Every line of the listing must be repeated exactly.
RECORDS FOR THIS TASK Block Start
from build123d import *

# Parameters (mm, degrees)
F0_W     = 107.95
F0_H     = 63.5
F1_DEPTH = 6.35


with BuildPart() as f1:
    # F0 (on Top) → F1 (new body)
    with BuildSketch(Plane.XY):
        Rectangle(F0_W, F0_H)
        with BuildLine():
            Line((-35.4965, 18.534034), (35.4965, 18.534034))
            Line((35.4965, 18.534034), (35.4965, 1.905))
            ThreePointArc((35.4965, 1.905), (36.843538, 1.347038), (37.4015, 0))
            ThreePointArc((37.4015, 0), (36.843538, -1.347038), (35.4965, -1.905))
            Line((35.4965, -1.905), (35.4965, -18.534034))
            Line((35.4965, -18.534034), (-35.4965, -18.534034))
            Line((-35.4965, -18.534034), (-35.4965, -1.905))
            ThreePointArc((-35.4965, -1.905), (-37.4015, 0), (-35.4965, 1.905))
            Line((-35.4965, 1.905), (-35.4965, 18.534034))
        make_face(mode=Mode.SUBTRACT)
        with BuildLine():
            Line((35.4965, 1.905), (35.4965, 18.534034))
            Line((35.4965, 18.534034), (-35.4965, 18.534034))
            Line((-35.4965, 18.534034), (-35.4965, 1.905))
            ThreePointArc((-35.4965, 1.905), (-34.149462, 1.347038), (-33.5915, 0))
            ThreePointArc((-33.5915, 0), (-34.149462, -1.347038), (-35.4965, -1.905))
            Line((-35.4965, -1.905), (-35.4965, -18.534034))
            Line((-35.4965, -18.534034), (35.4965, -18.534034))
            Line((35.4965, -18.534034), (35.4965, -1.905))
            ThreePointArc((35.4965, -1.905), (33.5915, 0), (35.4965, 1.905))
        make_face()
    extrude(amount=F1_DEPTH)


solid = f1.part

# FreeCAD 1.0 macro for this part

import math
import FreeCAD as App
import Part
import Sketcher
from FreeCAD import Vector
Q = App.Units.Quantity

doc = App.newDocument("Part")
body = doc.addObject("PartDesign::Body", "Body")

sketch1 = doc.addObject("Sketcher::SketchObject", "Sketch")
body.addObject(sketch1)
sketch1.AttachmentSupport = (doc.XY_Plane, [""])
sketch1.MapMode = "FlatFace"
sketch1.addGeometry([
    Part.LineSegment(Vector(-53.975, 31.75, 0), Vector(-53.975, -31.75, 0)),
    Part.LineSegment(Vector(-53.975, -31.75, 0), Vector(53.975, -31.75, 0)),
    Part.LineSegment(Vector(53.975, -31.75, 0), Vector(53.975, 31.75, 0)),
    Part.LineSegment(Vector(53.975, 31.75, 0), Vector(-53.975, 31.75, 0)),
    Part.ArcOfCircle(Part.Circle(Vector(-35.4965, 0, 0), Vector(0, 0, 1), 1.905), math.radians(90), math.radians(270)),
    Part.ArcOfCircle(Part.Circle(Vector(-35.496501, -0.000001, 0), Vector(0, 0, 1), 1.905001), math.radians(0.000043), math.radians(89.999957)),
    Part.ArcOfCircle(Part.Circle(Vector(-35.496501, 0.000001, 0), Vector(0, 0, 1), 1.905001), math.radians(-89.999957), math.radians(-0.000043)),
    Part.ArcOfCircle(Part.Circle(Vector(35.496499, 0.000001, 0), Vector(0, 0, 1), 1.905001), math.radians(-89.999957), math.radians(-0.000043)),
    Part.ArcOfCircle(Part.Circle(Vector(35.4965, 0, 0), Vector(0, 0, 1), 1.905), math.radians(90), math.radians(270)),
    Part.ArcOfCircle(Part.Circle(Vector(35.496499, -0.000001, 0), Vector(0, 0, 1), 1.905001), math.radians(0.000043), math.radians(89.999957)),
], False)
sketch1.addConstraint([
    Sketcher.Constraint("Coincident", 0, 2, 1, 1),
    Sketcher.Constraint("Coincident", 1, 2, 2, 1),
    Sketcher.Constraint("Coincident", 2, 2, 3, 1),
    Sketcher.Constraint("Coincident", 3, 2, 0, 1),
    Sketcher.Constraint("Tangent", 4, 1, 5, 2),
    Sketcher.Constraint("Tangent", 5, 1, 6, 2),
    Sketcher.Constraint("Tangent", 6, 1, 4, 2),
    Sketcher.Constraint("Tangent", 7, 1, 8, 2),
    Sketcher.Constraint("Tangent", 8, 1, 9, 2),
    Sketcher.Constraint("Tangent", 9, 1, 7, 2),
    Sketcher.Constraint("Vertical", 0),
    Sketcher.Constraint("Horizontal", 1),
    Sketcher.Constraint("Vertical", 2),
    Sketcher.Constraint("Horizontal", 3),
    Sketcher.Constraint("Equal", 6, 7),
    Sketcher.Constraint("Symmetric", 4, 3, 7, 3, -1, 1),
    Sketcher.Constraint("Symmetric", 0, 2, 2, 2, -1, 1),
    Sketcher.Constraint("Symmetric", 6, 1, 7, 1, -2),
    Sketcher.Constraint("PointOnObject", 5, 1, -1),
    Sketcher.Constraint("PointOnObject", 9, 1, -1),
    Sketcher.Constraint("Vertical", 6, 3, 4, 1),
    Sketcher.Constraint("Vertical", 4, 1, 6, 1),
    Sketcher.Constraint("Vertical", 7, 1, 8, 1),
    Sketcher.Constraint("DistanceY", 0, 2, 0, 1, Q("2.5 in")),
    Sketcher.Constraint("Radius", 4, Q("0.075 in")),
    Sketcher.Constraint("DistanceX", 1, 1, 1, 2, Q("4.25 in")),
    Sketcher.Constraint("DistanceX", 4, 3, 7, 3, Q("2.7949999 in")),
])
pad1 = doc.addObject("PartDesign::Pad", "Pad")
body.addObject(pad1)
pad1.Profile = sketch1
pad1.Length = Q("0.25 in")

doc.recompute()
RECORDS FOR THIS TASK Block End
### TASK SOLUTION
from build123d import *

# Parameters (mm, degrees)
F0_W     = 107.95
F0_H     = 63.5
F1_DEPTH = 6.35


with BuildPart() as f1:
    # F0 (on Top) → F1 (new body)
    with BuildSketch(Plane.XY):
        Rectangle(F0_W, F0_H)
        with BuildLine():
            Line((-35.4965, 18.534034), (35.4965, 18.534034))
            Line((35.4965, 18.534034), (35.4965, 1.905))
            ThreePointArc((35.4965, 1.905), (36.843538, 1.347038), (37.4015, 0))
            ThreePointArc((37.4015, 0), (36.843538, -1.347038), (35.4965, -1.905))
            Line((35.4965, -1.905), (35.4965, -18.534034))
            Line((35.4965, -18.534034), (-35.4965, -18.534034))
            Line((-35.4965, -18.534034), (-35.4965, -1.905))
            ThreePointArc((-35.4965, -1.905), (-37.4015, 0), (-35.4965, 1.905))
            Line((-35.4965, 1.905), (-35.4965, 18.534034))
        make_face(mode=Mode.SUBTRACT)
        with BuildLine():
            Line((35.4965, 1.905), (35.4965, 18.534034))
            Line((35.4965, 18.534034), (-35.4965, 18.534034))
            Line((-35.4965, 18.534034), (-35.4965, 1.905))
            ThreePointArc((-35.4965, 1.905), (-34.149462, 1.347038), (-33.5915, 0))
            ThreePointArc((-33.5915, 0), (-34.149462, -1.347038), (-35.4965, -1.905))
            Line((-35.4965, -1.905), (-35.4965, -18.534034))
            Line((-35.4965, -18.534034), (35.4965, -18.534034))
            Line((35.4965, -18.534034), (35.4965, -1.905))
            ThreePointArc((35.4965, -1.905), (33.5915, 0), (35.4965, 1.905))
        make_face()
    extrude(amount=F1_DEPTH)


solid = f1.part

# FreeCAD 1.0 macro for this part

import math
import FreeCAD as App
import Part
import Sketcher
from FreeCAD import Vector
Q = App.Units.Quantity

doc = App.newDocument("Part")
body = doc.addObject("PartDesign::Body", "Body")

sketch1 = doc.addObject("Sketcher::SketchObject", "Sketch")
body.addObject(sketch1)
sketch1.AttachmentSupport = (doc.XY_Plane, [""])
sketch1.MapMode = "FlatFace"
sketch1.addGeometry([
    Part.LineSegment(Vector(-53.975, 31.75, 0), Vector(-53.975, -31.75, 0)),
    Part.LineSegment(Vector(-53.975, -31.75, 0), Vector(53.975, -31.75, 0)),
    Part.LineSegment(Vector(53.975, -31.75, 0), Vector(53.975, 31.75, 0)),
    Part.LineSegment(Vector(53.975, 31.75, 0), Vector(-53.975, 31.75, 0)),
    Part.ArcOfCircle(Part.Circle(Vector(-35.4965, 0, 0), Vector(0, 0, 1), 1.905), math.radians(90), math.radians(270)),
    Part.ArcOfCircle(Part.Circle(Vector(-35.496501, -0.000001, 0), Vector(0, 0, 1), 1.905001), math.radians(0.000043), math.radians(89.999957)),
    Part.ArcOfCircle(Part.Circle(Vector(-35.496501, 0.000001, 0), Vector(0, 0, 1), 1.905001), math.radians(-89.999957), math.radians(-0.000043)),
    Part.ArcOfCircle(Part.Circle(Vector(35.496499, 0.000001, 0), Vector(0, 0, 1), 1.905001), math.radians(-89.999957), math.radians(-0.000043)),
    Part.ArcOfCircle(Part.Circle(Vector(35.4965, 0, 0), Vector(0, 0, 1), 1.905), math.radians(90), math.radians(270)),
    Part.ArcOfCircle(Part.Circle(Vector(35.496499, -0.000001, 0), Vector(0, 0, 1), 1.905001), math.radians(0.000043), math.radians(89.999957)),
], False)
sketch1.addConstraint([
    Sketcher.Constraint("Coincident", 0, 2, 1, 1),
    Sketcher.Constraint("Coincident", 1, 2, 2, 1),
    Sketcher.Constraint("Coincident", 2, 2, 3, 1),
    Sketcher.Constraint("Coincident", 3, 2, 0, 1),
    Sketcher.Constraint("Tangent", 4, 1, 5, 2),
    Sketcher.Constraint("Tangent", 5, 1, 6, 2),
    Sketcher.Constraint("Tangent", 6, 1, 4, 2),
    Sketcher.Constraint("Tangent", 7, 1, 8, 2),
    Sketcher.Constraint("Tangent", 8, 1, 9, 2),
    Sketcher.Constraint("Tangent", 9, 1, 7, 2),
    Sketcher.Constraint("Vertical", 0),
    Sketcher.Constraint("Horizontal", 1),
    Sketcher.Constraint("Vertical", 2),
    Sketcher.Constraint("Horizontal", 3),
    Sketcher.Constraint("Equal", 6, 7),
    Sketcher.Constraint("Symmetric", 4, 3, 7, 3, -1, 1),
    Sketcher.Constraint("Symmetric", 0, 2, 2, 2, -1, 1),
    Sketcher.Constraint("Symmetric", 6, 1, 7, 1, -2),
    Sketcher.Constraint("PointOnObject", 5, 1, -1),
    Sketcher.Constraint("PointOnObject", 9, 1, -1),
    Sketcher.Constraint("Vertical", 6, 3, 4, 1),
    Sketcher.Constraint("Vertical", 4, 1, 6, 1),
    Sketcher.Constraint("Vertical", 7, 1, 8, 1),
    Sketcher.Constraint("DistanceY", 0, 2, 0, 1, Q("2.5 in")),
    Sketcher.Constraint("Radius", 4, Q("0.075 in")),
    Sketcher.Constraint("DistanceX", 1, 1, 1, 2, Q("4.25 in")),
    Sketcher.Constraint("DistanceX", 4, 3, 7, 3, Q("2.7949999 in")),
])
pad1 = doc.addObject("PartDesign::Pad", "Pad")
body.addObject(pad1)
pad1.Profile = sketch1
pad1.Length = Q("0.25 in")

doc.recompute()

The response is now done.